Since the botched launch of the federal exchange Website at the start of October, CBS has made an extra effort to cover healthcare reform outside-the-Beltway. Don Dahler's files the latest, on the progress in statewide enrolment in Connecticut.


MINE’S BIGGER THAN YOURS IS File it under the category of reporters who leave the role of journalist and cast themselves instead as central character in their own reality TV show. This time ABC's Bob Woodruff poses as hardhat ironworker, taking his third trip in the last 18 months to the top of the World Trade Center in downtown Manhattan. "Oh My God!" he exclaims from on high, as if he had never seen the view before.

The skyscraper story was the fabricated feud between Chicago and New York City over which city has the taller building. NBC did the right thing, assigning Katy Tur and Kevin Tibbles to treat the whole thing as a joke. ABC's Woodruff tried to be patriotic but bungled it. He sneered at the Burj Khalifa in Dubai and the Makkah Royal in the Saudi Arabia for erecting tall structures for the wrong reasons: "Pride. Ego. Hubris." Then he asked Liberty Tower ironworkers what their motives were instead. Their answer turned out to be just the same as those pesky Arabs: to be "Proud."


FARIS TO THE RESCUE For the fifth month in a row, ABC's Paula Faris offers her Real Money tips. Here she was in October, September, August, and July. This is the format: she picks a routine household expense (this time, supermarket grocery shopping) and introduces her handpicked expert (ABC Tech Editor Joanna Stern is a favorite) to audit the budget of a typical nuclear family and to suggest a series of smartphone apps that promise cost-cutting ($160 out of each $500 spent).

Receiving Real Money free publicity this time:

Lozo.com
Grocery Store IQ
Retail Me Not
KitchMe
ibotta


TUESDAY’S TIDBITS All three newscasts assigned a correspondent to cover the Justice Department in August when it found antitrust problems with the proposed merger between American Airlines and USAirways. Now that the dispute has been resolved, only NBC had a reporter explain it. NBC's transportation man Tom Costello at the hub at Miami International folded in a soundbite from his legal-eagle colleague Pete Williams.

A new ambassador to the Imperial Court in Tokyo was sworn in. You would think that this would allow CBS' State Department correspondent Margaret Brennan to bring us up to date on the state of diplomatic, commercial and geostrategic relations with Japan. Nah -- let's just run more nostalgic footage of Caroline Kennedy's childhood in Camelot.

The controversy over the Keystone pipeline does not get as much coverage as it should. Anna Werner's package on CBS was just the seventh to be filed in the past two years on the three nightly newscasts. Of those seven, ABC accounts for zero. Werner's report was on the soon-to-be-operational southern portion of the Keystone. She gave credit to the good-government activists at Public Citizen for the tip on 125 inspections to check on possible leaks from rejected welds and dents from rocks.

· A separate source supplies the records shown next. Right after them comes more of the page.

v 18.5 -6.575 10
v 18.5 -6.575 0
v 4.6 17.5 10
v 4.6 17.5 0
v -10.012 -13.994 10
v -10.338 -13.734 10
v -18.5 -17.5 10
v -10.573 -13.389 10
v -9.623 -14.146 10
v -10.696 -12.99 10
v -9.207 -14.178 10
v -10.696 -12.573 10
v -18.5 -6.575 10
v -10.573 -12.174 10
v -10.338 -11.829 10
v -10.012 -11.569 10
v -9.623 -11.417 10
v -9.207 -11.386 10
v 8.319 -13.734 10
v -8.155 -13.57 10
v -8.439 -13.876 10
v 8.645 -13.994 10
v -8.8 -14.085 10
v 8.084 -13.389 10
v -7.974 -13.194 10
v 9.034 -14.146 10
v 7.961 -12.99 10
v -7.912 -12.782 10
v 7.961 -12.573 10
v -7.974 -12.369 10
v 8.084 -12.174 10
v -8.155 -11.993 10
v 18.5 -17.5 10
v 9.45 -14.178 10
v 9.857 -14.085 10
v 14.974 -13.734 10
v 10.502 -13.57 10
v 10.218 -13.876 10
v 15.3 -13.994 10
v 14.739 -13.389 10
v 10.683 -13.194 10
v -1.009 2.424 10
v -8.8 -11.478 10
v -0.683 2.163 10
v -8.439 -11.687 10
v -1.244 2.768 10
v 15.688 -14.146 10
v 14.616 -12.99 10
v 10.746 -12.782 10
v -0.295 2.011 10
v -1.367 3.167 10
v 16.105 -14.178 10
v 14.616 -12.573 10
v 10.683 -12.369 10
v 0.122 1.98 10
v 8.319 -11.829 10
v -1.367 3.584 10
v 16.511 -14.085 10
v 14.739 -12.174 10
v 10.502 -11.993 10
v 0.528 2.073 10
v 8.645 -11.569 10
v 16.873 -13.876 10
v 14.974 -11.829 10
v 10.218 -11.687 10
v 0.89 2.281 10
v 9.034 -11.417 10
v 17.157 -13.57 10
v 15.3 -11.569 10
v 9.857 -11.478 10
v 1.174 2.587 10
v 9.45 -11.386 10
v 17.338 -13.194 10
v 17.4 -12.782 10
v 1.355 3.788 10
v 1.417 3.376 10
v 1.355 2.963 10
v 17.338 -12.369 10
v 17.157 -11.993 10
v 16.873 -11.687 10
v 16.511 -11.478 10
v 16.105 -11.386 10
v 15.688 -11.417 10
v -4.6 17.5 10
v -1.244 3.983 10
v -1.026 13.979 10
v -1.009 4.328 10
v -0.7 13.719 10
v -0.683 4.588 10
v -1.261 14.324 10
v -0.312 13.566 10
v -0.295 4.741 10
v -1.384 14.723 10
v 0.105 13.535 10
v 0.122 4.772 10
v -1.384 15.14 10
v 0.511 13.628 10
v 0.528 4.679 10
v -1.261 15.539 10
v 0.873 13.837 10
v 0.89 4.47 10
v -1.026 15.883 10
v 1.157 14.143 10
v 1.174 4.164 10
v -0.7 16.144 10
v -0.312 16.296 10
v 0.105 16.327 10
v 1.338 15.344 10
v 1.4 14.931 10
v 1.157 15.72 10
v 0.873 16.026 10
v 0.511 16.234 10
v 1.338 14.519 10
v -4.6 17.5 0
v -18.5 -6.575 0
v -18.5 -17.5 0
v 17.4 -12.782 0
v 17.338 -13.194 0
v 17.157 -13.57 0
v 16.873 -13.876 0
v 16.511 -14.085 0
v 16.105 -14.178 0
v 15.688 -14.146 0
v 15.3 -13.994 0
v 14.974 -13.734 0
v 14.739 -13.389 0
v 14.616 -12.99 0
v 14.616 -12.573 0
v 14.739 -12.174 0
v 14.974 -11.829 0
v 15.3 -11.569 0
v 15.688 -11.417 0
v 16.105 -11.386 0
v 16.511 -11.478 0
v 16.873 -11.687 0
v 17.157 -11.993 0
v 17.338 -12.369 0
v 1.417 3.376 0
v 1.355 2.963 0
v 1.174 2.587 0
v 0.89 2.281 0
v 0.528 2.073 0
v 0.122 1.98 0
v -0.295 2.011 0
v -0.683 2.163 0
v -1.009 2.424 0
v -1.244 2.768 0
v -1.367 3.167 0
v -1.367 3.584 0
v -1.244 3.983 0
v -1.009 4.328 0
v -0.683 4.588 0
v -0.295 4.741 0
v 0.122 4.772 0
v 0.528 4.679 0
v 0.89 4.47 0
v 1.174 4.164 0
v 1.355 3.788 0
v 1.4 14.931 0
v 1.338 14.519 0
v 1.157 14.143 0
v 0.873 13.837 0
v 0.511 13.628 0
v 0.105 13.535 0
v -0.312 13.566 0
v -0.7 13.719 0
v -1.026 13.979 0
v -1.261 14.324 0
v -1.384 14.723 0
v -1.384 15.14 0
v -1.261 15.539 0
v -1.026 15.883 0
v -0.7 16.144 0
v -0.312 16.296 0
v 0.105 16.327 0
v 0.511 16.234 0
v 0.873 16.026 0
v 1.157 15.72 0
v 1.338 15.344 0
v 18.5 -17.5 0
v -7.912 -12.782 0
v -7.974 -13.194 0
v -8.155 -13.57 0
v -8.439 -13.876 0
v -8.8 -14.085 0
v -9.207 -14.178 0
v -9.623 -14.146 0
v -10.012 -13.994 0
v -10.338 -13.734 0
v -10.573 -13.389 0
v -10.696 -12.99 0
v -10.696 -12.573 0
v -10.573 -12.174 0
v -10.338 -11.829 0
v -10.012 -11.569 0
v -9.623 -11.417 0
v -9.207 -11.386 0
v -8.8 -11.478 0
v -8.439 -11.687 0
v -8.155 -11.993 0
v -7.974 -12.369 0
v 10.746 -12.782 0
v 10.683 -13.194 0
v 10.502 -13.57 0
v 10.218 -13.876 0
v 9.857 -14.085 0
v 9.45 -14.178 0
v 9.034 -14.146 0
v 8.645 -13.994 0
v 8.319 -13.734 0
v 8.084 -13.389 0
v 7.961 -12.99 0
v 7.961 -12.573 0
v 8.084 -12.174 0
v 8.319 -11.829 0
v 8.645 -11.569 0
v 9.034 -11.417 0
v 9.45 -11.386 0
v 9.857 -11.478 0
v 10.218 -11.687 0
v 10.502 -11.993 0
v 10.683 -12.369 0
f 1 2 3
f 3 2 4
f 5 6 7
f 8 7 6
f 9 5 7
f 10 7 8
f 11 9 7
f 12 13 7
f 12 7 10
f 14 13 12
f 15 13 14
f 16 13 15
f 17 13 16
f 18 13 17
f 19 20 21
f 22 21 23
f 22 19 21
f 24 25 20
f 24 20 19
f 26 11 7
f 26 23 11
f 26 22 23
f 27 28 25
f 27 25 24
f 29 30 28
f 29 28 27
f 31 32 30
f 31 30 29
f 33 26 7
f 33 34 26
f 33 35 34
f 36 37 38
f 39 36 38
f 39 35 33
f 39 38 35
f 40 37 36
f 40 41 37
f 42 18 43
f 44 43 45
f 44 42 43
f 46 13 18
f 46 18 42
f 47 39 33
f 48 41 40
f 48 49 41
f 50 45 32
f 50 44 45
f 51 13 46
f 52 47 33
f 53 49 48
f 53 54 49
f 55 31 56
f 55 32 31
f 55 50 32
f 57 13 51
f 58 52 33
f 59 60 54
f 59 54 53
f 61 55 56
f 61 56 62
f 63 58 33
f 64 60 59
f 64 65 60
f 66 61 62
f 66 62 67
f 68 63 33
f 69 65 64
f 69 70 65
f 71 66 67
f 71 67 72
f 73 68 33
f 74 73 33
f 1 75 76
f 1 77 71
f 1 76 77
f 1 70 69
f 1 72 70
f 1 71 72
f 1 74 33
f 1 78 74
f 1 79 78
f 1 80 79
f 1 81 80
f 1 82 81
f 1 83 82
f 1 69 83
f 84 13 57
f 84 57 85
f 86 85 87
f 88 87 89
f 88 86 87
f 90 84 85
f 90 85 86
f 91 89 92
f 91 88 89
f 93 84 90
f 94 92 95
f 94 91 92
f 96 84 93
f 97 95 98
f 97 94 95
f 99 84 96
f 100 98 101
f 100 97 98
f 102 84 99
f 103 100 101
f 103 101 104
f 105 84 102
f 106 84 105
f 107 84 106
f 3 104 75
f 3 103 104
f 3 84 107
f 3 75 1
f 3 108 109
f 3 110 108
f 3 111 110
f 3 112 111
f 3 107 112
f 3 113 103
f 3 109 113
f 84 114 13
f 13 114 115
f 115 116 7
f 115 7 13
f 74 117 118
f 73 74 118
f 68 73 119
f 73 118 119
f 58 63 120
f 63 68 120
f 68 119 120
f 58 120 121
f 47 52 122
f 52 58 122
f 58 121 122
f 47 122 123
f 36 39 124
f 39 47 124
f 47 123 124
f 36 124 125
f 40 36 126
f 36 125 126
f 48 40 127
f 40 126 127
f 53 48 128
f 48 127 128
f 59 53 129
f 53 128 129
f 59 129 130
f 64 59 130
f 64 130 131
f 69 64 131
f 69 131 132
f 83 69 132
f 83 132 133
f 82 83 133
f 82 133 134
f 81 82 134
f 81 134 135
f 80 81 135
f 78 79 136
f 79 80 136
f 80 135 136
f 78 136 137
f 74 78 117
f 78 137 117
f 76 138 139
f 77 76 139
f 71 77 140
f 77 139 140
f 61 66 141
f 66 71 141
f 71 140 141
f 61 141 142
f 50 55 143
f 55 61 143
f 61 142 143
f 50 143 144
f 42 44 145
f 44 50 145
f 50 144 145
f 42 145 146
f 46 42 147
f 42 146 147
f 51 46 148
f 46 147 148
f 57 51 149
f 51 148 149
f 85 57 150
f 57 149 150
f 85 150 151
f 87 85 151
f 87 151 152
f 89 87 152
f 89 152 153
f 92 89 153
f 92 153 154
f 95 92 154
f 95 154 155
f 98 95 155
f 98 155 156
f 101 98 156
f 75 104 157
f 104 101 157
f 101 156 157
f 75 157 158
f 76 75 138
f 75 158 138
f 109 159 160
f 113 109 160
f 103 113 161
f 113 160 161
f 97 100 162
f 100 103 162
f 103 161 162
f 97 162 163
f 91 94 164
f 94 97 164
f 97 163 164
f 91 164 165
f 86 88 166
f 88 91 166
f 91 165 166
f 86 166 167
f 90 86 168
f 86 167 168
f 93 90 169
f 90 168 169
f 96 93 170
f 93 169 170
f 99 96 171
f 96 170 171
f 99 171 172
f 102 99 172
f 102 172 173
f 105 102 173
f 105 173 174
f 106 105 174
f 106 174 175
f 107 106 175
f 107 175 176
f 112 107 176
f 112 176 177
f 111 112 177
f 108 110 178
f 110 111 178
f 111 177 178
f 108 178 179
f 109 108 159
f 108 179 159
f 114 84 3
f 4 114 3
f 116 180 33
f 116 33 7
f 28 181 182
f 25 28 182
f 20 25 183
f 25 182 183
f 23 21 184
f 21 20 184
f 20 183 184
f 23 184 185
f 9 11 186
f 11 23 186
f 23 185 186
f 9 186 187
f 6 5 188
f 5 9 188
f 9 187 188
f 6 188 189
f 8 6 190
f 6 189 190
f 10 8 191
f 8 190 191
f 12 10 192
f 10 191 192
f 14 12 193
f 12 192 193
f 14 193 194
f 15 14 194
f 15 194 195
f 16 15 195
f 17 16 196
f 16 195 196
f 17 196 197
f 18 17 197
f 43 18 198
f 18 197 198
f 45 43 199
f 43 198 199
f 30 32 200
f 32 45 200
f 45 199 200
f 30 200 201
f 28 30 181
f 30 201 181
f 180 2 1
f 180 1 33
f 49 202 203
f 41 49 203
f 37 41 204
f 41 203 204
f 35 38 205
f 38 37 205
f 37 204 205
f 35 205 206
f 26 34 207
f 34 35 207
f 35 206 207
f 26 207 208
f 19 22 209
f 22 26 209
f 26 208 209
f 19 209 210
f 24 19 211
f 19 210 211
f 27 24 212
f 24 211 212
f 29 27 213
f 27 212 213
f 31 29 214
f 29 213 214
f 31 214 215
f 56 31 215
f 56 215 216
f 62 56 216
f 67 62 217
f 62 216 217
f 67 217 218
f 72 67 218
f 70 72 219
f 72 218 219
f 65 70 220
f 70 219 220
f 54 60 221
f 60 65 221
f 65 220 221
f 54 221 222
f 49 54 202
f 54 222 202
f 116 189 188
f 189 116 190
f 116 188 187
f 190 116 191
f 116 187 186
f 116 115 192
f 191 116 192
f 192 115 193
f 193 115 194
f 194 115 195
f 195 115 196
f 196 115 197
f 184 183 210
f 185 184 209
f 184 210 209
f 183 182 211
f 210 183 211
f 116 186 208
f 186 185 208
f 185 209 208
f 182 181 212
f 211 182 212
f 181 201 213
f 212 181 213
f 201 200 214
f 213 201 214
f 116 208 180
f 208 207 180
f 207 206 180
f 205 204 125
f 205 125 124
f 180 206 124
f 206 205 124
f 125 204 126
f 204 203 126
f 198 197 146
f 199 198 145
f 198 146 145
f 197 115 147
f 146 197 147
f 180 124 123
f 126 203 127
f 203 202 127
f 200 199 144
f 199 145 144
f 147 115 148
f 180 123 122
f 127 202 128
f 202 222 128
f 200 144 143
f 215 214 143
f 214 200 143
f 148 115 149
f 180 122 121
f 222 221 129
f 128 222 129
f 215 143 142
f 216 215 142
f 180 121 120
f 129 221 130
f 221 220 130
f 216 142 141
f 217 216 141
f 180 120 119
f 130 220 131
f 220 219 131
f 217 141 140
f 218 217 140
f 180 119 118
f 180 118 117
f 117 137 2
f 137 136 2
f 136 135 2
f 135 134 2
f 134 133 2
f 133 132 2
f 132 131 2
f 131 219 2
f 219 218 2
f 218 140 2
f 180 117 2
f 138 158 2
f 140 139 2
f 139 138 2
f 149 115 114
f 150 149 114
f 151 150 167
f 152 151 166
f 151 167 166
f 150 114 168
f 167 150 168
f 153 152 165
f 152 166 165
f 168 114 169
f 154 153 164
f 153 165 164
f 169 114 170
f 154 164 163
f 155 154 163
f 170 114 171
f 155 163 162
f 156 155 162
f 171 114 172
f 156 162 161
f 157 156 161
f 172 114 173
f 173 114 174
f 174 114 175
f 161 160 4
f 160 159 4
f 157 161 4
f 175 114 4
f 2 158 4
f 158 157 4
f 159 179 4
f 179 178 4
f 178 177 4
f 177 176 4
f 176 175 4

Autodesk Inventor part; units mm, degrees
ref_plane "YZ Plane" through (0, 0, 0) normal (1, 0, 0) x (0, 1, 0)
ref_plane "XZ Plane" through (0, 0, 0) normal (0, 1, 0) x (-1, 0, 0)
ref_plane "XY Plane" through (0, 0, 0) normal (0, 0, 1) x (1, 0, 0)
sketch "Sketch1" plane through (0, 0, 0) normal (0, 0, 1) x (1, 0, 0)
  line L0 (18.5, -17.5) -> (-18.5, -17.5)
  line L1 (-18.5, -17.5) -> (-18.5, 17.5)
  line L2 (-18.5, 17.5) -> (18.5, 17.5)
  line L3 (18.5, 17.5) -> (18.5, -17.5)
  line L4 (18.5, -17.5) -> (-18.5, 17.5) construction
  line L5 (-18.5, -17.5) -> (18.5, 17.5) construction
  line L6 (0, 14.9312) -> (16, -12.7816) construction
  line L7 (16, -12.7816) -> (-16, -12.7816) construction
  line L8 (-16, -12.7816) -> (0, 14.9312) construction
  line L9 (-9.3116, -12.7816) -> (0.017, 3.3758) construction
  line L10 (0.017, 3.3758) -> (9.3455, -12.7816) construction
  line L11 (9.3455, -12.7816) -> (-9.3116, -12.7816) construction
  circle A0 centre (0, 14.9312) radius 1.4
  circle A1 centre (16, -12.7816) radius 1.4
  circle A2 centre (9.3455, -12.7816) radius 1.4
  circle A3 centre (0.017, 3.3758) radius 1.4
  circle A4 centre (-9.3116, -12.7816) radius 1.4
  line L12 (-4.6002, 17.5) -> (-18.5, -6.5752)
  line L13 (18.5, -6.5752) -> (4.6002, 17.5)
  point P0 (0, 0)
  point P1 (0, -3.544)
  point P2 (0.017, -7.3958)
  dimension "d0" = 37
  dimension "d1" = 35
  dimension "d3" = 32
  dimension "d4" = 0
  dimension "d5" = 2.8
  dimension "d6" = 2.8
  dimension "d7" = 2.8
  dimension "d8" = 2.8
  dimension "d9" = 2.8
extrude "Extrusion1" add sketch "Sketch1" along normal blind 10 contours L0 L1 L12 L2 L13 L3
properties part number "cellSTORM_chip_Adapter_screws"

ANIMAL HOUSE ABC ran a pair of animal stories but CBS closed with the most fascinating of the three. On ABC, David Wright included another clip from the CNN documentary Blackfish to illustrate SeaWorld's attempt to restore the glory days of Shamu to its killer whale shows. Wright's colleague Linsey Davis publicized Blackfish in June and July. Also on the animal beat was Alex Marquardt. He was in South Africa to publicize Loebies Guest Farm in Bela-Bela where tourists can hang out with lions and leopards, mongooses and meerkats.

See Marquardt do that thing where he leaves the role of journalist and casts himself as the central character in his own reality TV show, this time as a lion tamer. "Ow! Ow! Ow! Ow!" exclaims Alex as he tries to use a lion as a shawl.

A mystery bacterium is eating away at the orange-and-purple starfish of Monterey Bay. Check out the time-lapse video shown by CBS' Ben Tracy: one by one its five limbs fall off and in just seven hours the starfish dies.